I’m trying to evaluate Whisper for audio transcription and am having some difficulty using it. To test it I recorded a short MP3 file (2m 30s):
terrafrost[dot]com/test.mp3
(I obfuscated the URL some because it’s not letting me include links; I can’t post mp3 files as attachments either apparently but if I want to have a realistic shot of figuring out what’s wrong I don’t see how I can’t)

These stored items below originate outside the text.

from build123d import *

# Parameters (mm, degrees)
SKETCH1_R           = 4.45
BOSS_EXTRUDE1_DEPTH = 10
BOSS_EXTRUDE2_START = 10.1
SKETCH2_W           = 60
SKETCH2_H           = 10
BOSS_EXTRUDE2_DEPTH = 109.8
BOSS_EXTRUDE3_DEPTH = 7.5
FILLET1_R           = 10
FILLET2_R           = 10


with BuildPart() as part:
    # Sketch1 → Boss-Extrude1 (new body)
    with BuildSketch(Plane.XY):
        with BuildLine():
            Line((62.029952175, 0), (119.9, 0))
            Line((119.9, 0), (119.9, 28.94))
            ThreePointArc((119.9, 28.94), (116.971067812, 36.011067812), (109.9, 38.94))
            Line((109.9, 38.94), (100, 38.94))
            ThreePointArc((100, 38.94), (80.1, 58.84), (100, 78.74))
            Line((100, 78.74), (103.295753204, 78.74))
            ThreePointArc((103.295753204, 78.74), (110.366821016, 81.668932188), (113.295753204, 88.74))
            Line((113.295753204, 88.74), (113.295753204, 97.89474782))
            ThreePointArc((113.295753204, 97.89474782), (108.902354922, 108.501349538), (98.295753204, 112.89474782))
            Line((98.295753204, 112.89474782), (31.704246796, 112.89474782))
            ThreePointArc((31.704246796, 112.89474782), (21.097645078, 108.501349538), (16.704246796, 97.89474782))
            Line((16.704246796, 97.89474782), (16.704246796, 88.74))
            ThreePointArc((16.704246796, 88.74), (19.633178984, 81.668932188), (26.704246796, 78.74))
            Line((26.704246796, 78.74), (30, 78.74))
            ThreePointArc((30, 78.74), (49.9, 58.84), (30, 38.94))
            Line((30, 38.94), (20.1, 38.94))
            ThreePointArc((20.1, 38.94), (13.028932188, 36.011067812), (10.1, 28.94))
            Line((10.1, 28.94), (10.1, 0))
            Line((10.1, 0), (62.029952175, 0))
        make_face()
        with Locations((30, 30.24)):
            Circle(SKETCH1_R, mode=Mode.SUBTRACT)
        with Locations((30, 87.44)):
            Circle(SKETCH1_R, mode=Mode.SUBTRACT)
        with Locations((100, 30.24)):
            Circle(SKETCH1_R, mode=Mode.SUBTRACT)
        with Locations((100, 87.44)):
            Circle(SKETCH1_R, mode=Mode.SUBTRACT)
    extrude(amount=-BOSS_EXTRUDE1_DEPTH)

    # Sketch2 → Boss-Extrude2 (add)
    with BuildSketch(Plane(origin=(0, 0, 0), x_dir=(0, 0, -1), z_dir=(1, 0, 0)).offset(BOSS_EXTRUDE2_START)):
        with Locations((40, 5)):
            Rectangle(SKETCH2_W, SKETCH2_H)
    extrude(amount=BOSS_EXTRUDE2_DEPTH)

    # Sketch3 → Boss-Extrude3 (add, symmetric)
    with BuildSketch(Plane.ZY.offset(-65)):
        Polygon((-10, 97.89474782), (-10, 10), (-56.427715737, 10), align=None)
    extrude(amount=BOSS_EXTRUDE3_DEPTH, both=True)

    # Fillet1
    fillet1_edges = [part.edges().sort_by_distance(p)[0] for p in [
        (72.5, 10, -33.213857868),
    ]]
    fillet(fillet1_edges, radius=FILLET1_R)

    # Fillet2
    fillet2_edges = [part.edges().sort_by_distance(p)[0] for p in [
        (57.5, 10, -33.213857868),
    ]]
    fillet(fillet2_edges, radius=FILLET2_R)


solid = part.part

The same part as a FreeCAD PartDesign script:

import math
import FreeCAD as App
import Part
import Sketcher

V = App.Vector
Q = App.Units.Quantity


def edges_at(feature, points):
    """Names of the edges that pass closest to the given points."""
    edges = feature.Shape.Edges
    near = lambda p: min(range(len(edges)), key=lambda i: edges[i].distToShape(Part.Vertex(*p))[0])
    return sorted({f"Edge{near(p) + 1}" for p in points})

doc = App.newDocument("Part")
params = doc.addObject("Spreadsheet::Sheet", "Params")
for row, (alias, value) in enumerate([
    ("sketch1_radius", "10 mm"),
    ("sketch1_radius2", "15 mm"),
    ("sketch1_diameter", "8.9 mm"),
    ("sketch1_radius3", "19.9 mm"),
    ("sketch1_width", "9.9 mm"),
    ("pad1_length", "10 mm"),
    ("sketch2_width", "10 mm"),
    ("sketch2_height", "60 mm"),
    ("pad2_length", "109.8 mm"),
    ("pad3_length", "15 mm"),
    ("fillet_radius", "10 mm"),
    ("fillet2_radius", "10 mm"),
], start=1):
    params.set(f"A{row}", alias)
    params.set(f"B{row}", "=" + value)
    params.setAlias(f"B{row}", alias)

body = doc.addObject("PartDesign::Body", "Body")

# Sketch on XY plane
sketch1 = body.newObject("Sketcher::SketchObject", "Sketch")
sketch1.AttachmentSupport = (doc.getObject("XY_Plane"), [""])
sketch1.MapMode = "FlatFace"
sketch1.addGeometry(Part.LineSegment(V(119.9, 0, 0), V(119.9, 28.94, 0)), False)
sketch1.addGeometry(Part.ArcOfCircle(Part.Circle(V(109.9, 28.94, 0), V(0, 0, 1), 10), math.radians(0), math.radians(90)), False)
sketch1.addGeometry(Part.LineSegment(V(109.9, 38.94, 0), V(100, 38.94, 0)), False)
sketch1.addGeometry(Part.ArcOfCircle(Part.Circle(V(100, 58.84, 0), V(0, 0, 1), 19.9), math.radians(90), math.radians(270)), False)
sketch1.addGeometry(Part.LineSegment(V(100, 78.74, 0), V(103.295753, 78.74, 0)), False)
sketch1.addGeometry(Part.ArcOfCircle(Part.Circle(V(103.295753, 88.74, 0), V(0, 0, 1), 10), math.radians(-90), math.radians(0)), False)
sketch1.addGeometry(Part.LineSegment(V(113.295753, 88.74, 0), V(113.295753, 97.894748, 0)), False)
sketch1.addGeometry(Part.ArcOfCircle(Part.Circle(V(98.295753, 97.894748, 0), V(0, 0, 1), 15), math.radians(0), math.radians(90)), False)
sketch1.addGeometry(Part.LineSegment(V(98.295753, 112.894748, 0), V(31.704247, 112.894748, 0)), False)
sketch1.addGeometry(Part.ArcOfCircle(Part.Circle(V(31.704247, 97.894748, 0), V(0, 0, 1), 15), math.radians(90), math.radians(180)), False)
sketch1.addGeometry(Part.LineSegment(V(16.704247, 97.894748, 0), V(16.704247, 88.74, 0)), False)
sketch1.addGeometry(Part.ArcOfCircle(Part.Circle(V(26.704247, 88.74, 0), V(0, 0, 1), 10), math.radians(180), math.radians(270)), False)
sketch1.addGeometry(Part.LineSegment(V(26.704247, 78.74, 0), V(30, 78.74, 0)), False)
sketch1.addGeometry(Part.ArcOfCircle(Part.Circle(V(30, 58.84, 0), V(0, 0, 1), 19.9), math.radians(-90), math.radians(90)), False)
sketch1.addGeometry(Part.LineSegment(V(30, 38.94, 0), V(20.1, 38.94, 0)), False)
sketch1.addGeometry(Part.ArcOfCircle(Part.Circle(V(20.1, 28.94, 0), V(0, 0, 1), 10), math.radians(90), math.radians(180)), False)
sketch1.addGeometry(Part.LineSegment(V(10.1, 28.94, 0), V(10.1, 0, 0)), False)
sketch1.addGeometry(Part.LineSegment(V(10.1, 0, 0), V(119.9, 0, 0)), False)
sketch1.addGeometry(Part.Circle(V(30, 30.24, 0), V(0, 0, 1), 4.45), False)
sketch1.addGeometry(Part.Circle(V(100, 30.24, 0), V(0, 0, 1), 4.45), False)
sketch1.addGeometry(Part.Circle(V(30, 87.44, 0), V(0, 0, 1), 4.45), False)
sketch1.addGeometry(Part.Circle(V(100, 87.44, 0), V(0, 0, 1), 4.45), False)
sketch1.addConstraint(Sketcher.Constraint("Tangent", 0, 2, 1, 1))
sketch1.addConstraint(Sketcher.Constraint("Tangent", 1, 2, 2, 1))
sketch1.addConstraint(Sketcher.Constraint("Tangent", 2, 2, 3, 2))
sketch1.addConstraint(Sketcher.Constraint("Tangent", 3, 1, 4, 1))
sketch1.addConstraint(Sketcher.Constraint("Tangent", 4, 2, 5, 1))
sketch1.addConstraint(Sketcher.Constraint("Tangent", 5, 2, 6, 1))
sketch1.addConstraint(Sketcher.Constraint("Tangent", 6, 2, 7, 1))
sketch1.addConstraint(Sketcher.Constraint("Tangent", 7, 2, 8, 1))
sketch1.addConstraint(Sketcher.Constraint("Tangent", 8, 2, 9, 1))
sketch1.addConstraint(Sketcher.Constraint("Tangent", 9, 2, 10, 1))
sketch1.addConstraint(Sketcher.Constraint("Tangent", 10, 2, 11, 1))
sketch1.addConstraint(Sketcher.Constraint("Tangent", 11, 2, 12, 1))
sketch1.addConstraint(Sketcher.Constraint("Tangent", 12, 2, 13, 2))
sketch1.addConstraint(Sketcher.Constraint("Tangent", 13, 1, 14, 1))
sketch1.addConstraint(Sketcher.Constraint("Tangent", 14, 2, 15, 1))
sketch1.addConstraint(Sketcher.Constraint("Tangent", 15, 2, 16, 1))
sketch1.addConstraint(Sketcher.Constraint("Coincident", 16, 2, 17, 1))
sketch1.addConstraint(Sketcher.Constraint("Coincident", 17, 2, 0, 1))
sketch1.addConstraint(Sketcher.Constraint("Vertical", 0))
sketch1.addConstraint(Sketcher.Constraint("Horizontal", 2))
sketch1.addConstraint(Sketcher.Constraint("Horizontal", 4))
sketch1.addConstraint(Sketcher.Constraint("Vertical", 6))
sketch1.addConstraint(Sketcher.Constraint("Horizontal", 8))
sketch1.addConstraint(Sketcher.Constraint("Vertical", 10))
sketch1.addConstraint(Sketcher.Constraint("Horizontal", 12))
sketch1.addConstraint(Sketcher.Constraint("Horizontal", 14))
sketch1.addConstraint(Sketcher.Constraint("Vertical", 16))
sketch1.addConstraint(Sketcher.Constraint("Horizontal", 17))
sketch1.addConstraint(Sketcher.Constraint("Equal", 1, 5))
sketch1.addConstraint(Sketcher.Constraint("Equal", 7, 9))
sketch1.addConstraint(Sketcher.Constraint("Equal", 5, 11))
sketch1.addConstraint(Sketcher.Constraint("Equal", 3, 13))
sketch1.addConstraint(Sketcher.Constraint("Equal", 11, 15))
sketch1.addConstraint(Sketcher.Constraint("Equal", 18, 19))
sketch1.addConstraint(Sketcher.Constraint("Equal", 19, 20))
sketch1.addConstraint(Sketcher.Constraint("Equal", 20, 21))
sketch1.addConstraint(Sketcher.Constraint("PointOnObject", 16, 2, -1))
sketch1.addConstraint(Sketcher.Constraint("Horizontal", 5, 3, 11, 3))
sketch1.addConstraint(Sketcher.Constraint("Horizontal", 18, 3, 19, 3))
sketch1.addConstraint(Sketcher.Constraint("Horizontal", 20, 3, 21, 3))
sketch1.addConstraint(Sketcher.Constraint("Vertical", 13, 3, 18, 3))
sketch1.addConstraint(Sketcher.Constraint("Vertical", 3, 3, 19, 3))
sketch1.addConstraint(Sketcher.Constraint("Vertical", 18, 3, 20, 3))
sketch1.addConstraint(Sketcher.Constraint("Vertical", 19, 3, 21, 3))
sketch1.addConstraint(Sketcher.Constraint("Equal", 4, 12))
sketch1.addConstraint(Sketcher.Constraint("Equal", 2, 14))
sketch1.addConstraint(Sketcher.Constraint("Radius", 1, Q("10 mm")))
sketch1.addConstraint(Sketcher.Constraint("Radius", 7, Q("15 mm")))
sketch1.addConstraint(Sketcher.Constraint("Diameter", 18, Q("8.9 mm")))
sketch1.addConstraint(Sketcher.Constraint("Radius", 3, Q("19.9 mm")))
sketch1.addConstraint(Sketcher.Constraint("DistanceX", 2, 2, 2, 1, Q("9.9 mm")))
sketch1.addConstraint(Sketcher.Constraint("DistanceX", 17, 1, 17, 2, Q("109.8 mm")))
sketch1.addConstraint(Sketcher.Constraint("DistanceX", -1, 1, 3, 3, Q("100 mm")))
sketch1.addConstraint(Sketcher.Constraint("DistanceY", 0, 1, 0, 2, Q("28.94 mm")))
sketch1.addConstraint(Sketcher.Constraint("DistanceY", 15, 3, 18, 3, Q("1.3 mm")))
sketch1.addConstraint(Sketcher.Constraint("DistanceY", 20, 3, 11, 3, Q("1.3 mm")))
sketch1.addConstraint(Sketcher.Constraint("DistanceX", 4, 1, 4, 2, Q("3.295753 mm")))
sketch1.addConstraint(Sketcher.Constraint("DistanceY", 6, 1, 6, 2, Q("9.154748 mm")))
sketch1.setExpression("Constraints[46]", "Params.sketch1_radius")
sketch1.setExpression("Constraints[47]", "Params.sketch1_radius2")
sketch1.setExpression("Constraints[48]", "Params.sketch1_diameter")
sketch1.setExpression("Constraints[49]", "Params.sketch1_radius3")
sketch1.setExpression("Constraints[50]", "Params.sketch1_width")
pad1 = body.newObject("PartDesign::Pad", "Pad")
pad1.Profile = sketch1
pad1.setExpression("Length", "Params.pad1_length")
pad1.Reversed = True

# Sketch on YZ plane
sketch2 = body.newObject("Sketcher::SketchObject", "Sketch001")
sketch2.AttachmentSupport = (doc.getObject("YZ_Plane"), [""])
sketch2.MapMode = "FlatFace"
sketch2.AttachmentOffset = App.Placement(V(0, 0, 10.1), App.Rotation())
sketch2.addGeometry(Part.LineSegment(V(10, -10, 0), V(0, -10, 0)), False)
sketch2.addGeometry(Part.LineSegment(V(0, -10, 0), V(0, -70, 0)), False)
sketch2.addGeometry(Part.LineSegment(V(0, -70, 0), V(10, -70, 0)), False)
sketch2.addGeometry(Part.LineSegment(V(10, -70, 0), V(10, -10, 0)), False)
sketch2.addConstraint(Sketcher.Constraint("Coincident", 0, 2, 1, 1))
sketch2.addConstraint(Sketcher.Constraint("Coincident", 1, 2, 2, 1))
sketch2.addConstraint(Sketcher.Constraint("Coincident", 2, 2, 3, 1))
sketch2.addConstraint(Sketcher.Constraint("Coincident", 3, 2, 0, 1))
sketch2.addConstraint(Sketcher.Constraint("Horizontal", 0))
sketch2.addConstraint(Sketcher.Constraint("Vertical", 1))
sketch2.addConstraint(Sketcher.Constraint("Horizontal", 2))
sketch2.addConstraint(Sketcher.Constraint("Vertical", 3))
sketch2.addConstraint(Sketcher.Constraint("PointOnObject", 0, 2, -2))
sketch2.addConstraint(Sketcher.Constraint("DistanceX", 0, 2, 0, 1, Q("10 mm")))
sketch2.addConstraint(Sketcher.Constraint("DistanceY", 1, 2, 1, 1, Q("60 mm")))
sketch2.addConstraint(Sketcher.Constraint("DistanceY", 0, 2, -1, 1, Q("10 mm")))
sketch2.setExpression("Constraints[9]", "Params.sketch2_width")
sketch2.setExpression("Constraints[10]", "Params.sketch2_height")
pad2 = body.newObject("PartDesign::Pad", "Pad001")
pad2.Profile = sketch2
pad2.setExpression("Length", "Params.pad2_length")

# Sketch on YZ plane
sketch3 = body.newObject("Sketcher::SketchObject", "Sketch002")
sketch3.AttachmentSupport = (doc.getObject("YZ_Plane"), [""])
sketch3.MapMode = "FlatFace"
sketch3.AttachmentOffset = App.Placement(V(0, 0, 65), App.Rotation())
sketch3.addGeometry(Part.LineSegment(V(10, -10, 0), V(97.894748, -10, 0)), False)
sketch3.addGeometry(Part.LineSegment(V(97.894748, -10, 0), V(10, -56.427716, 0)), False)
sketch3.addGeometry(Part.LineSegment(V(10, -56.427716, 0), V(10, -10, 0)), False)
sketch3.addConstraint(Sketcher.Constraint("Coincident", 0, 2, 1, 1))
sketch3.addConstraint(Sketcher.Constraint("Coincident", 1, 2, 2, 1))
sketch3.addConstraint(Sketcher.Constraint("Coincident", 2, 2, 0, 1))
sketch3.addConstraint(Sketcher.Constraint("Horizontal", 0))
sketch3.addConstraint(Sketcher.Constraint("Vertical", 2))
sketch3.addConstraint(Sketcher.Constraint("DistanceY", 0, 2, -1, 1, Q("10 mm")))
sketch3.addConstraint(Sketcher.Constraint("DistanceX", -1, 1, 1, 2, Q("10 mm")))
sketch3.addConstraint(Sketcher.Constraint("DistanceX", 0, 1, 0, 2, Q("87.894748 mm")))
sketch3.addConstraint(Sketcher.Constraint("DistanceY", 2, 1, 2, 2, Q("46.427716 mm")))
pad3 = body.newObject("PartDesign::Pad", "Pad002")
pad3.Profile = sketch3
pad3.setExpression("Length", "Params.pad3_length")
pad3.Midplane = True
doc.recompute()

fillet = body.newObject("PartDesign::Fillet", "Fillet")
fillet.Base = (pad3, edges_at(pad3, [(72.5, 10, -33.214)]))
fillet.setExpression("Radius", "Params.fillet_radius")
doc.recompute()

fillet2 = body.newObject("PartDesign::Fillet", "Fillet001")
fillet2.Base = (fillet, edges_at(fillet, [(57.5, 10, -33.214)]))
fillet2.setExpression("Radius", "Params.fillet2_radius")

doc.recompute()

I then tried to upload it with this code:
$client = new \GuzzleHttp\Client([
'base_uri' => 'https:// api.openai.com/', // added space because links aren't allowed
'verify' => false
]);
$audio = file_get_contents($file);
$file = 'audio.mp3';
$response = $client->request('POST', '/v1/audio/transcriptions', [
'auth' => ['Bearer', 'sk-...'],
'multipart' => [
['name' => 'file', 'contents' => $audio, 'filename' => $file],
['name' => 'model', 'contents' => 'whisper-1'],
['name' => 'language', 'contents' => 'en']
]
]);
$transcript = $response->getBody()->getContents();
$transcript = json_decode($transcript);
When I ran that code, however, I got this error back:
{
"error": {
"message": "Invalid file format. Supported formats: ['flac', 'm4a', 'mp3', 'mp4', 'mpeg', 'mpga', 'oga', 'ogg', 'wav', 'webm']",
"type": "invalid_request_error",
"param": null,
"code": null
}
}
The file absolutely is an MP3. On Windows I tested it with mark0[dot]net/soft-trid-e.html and got this back:
TrID/32 - File Identifier v2.24 - (C) 2003-16 By M.Pontello
Definitions found: 17785
Analyzing...
Collecting data from file: test.mp3
62.5% (.MP3) LAME encoded MP3 audio (ID3 v2.x tag) (5000/1/1)
37.5% (.MP3) MP3 audio (ID3 v2.x tag) (3000/1)
I tried file test
(I remove the *.mp3 extension to make sure it wasn’t guessing the type from that) and got this:
test: Audio file with ID3 version 2.4.0, contains: MPEG ADTS, layer III, v1, 192 kbps, 44.1 kHz, Stereo
Am I doing something wrong or does Whisper just not work?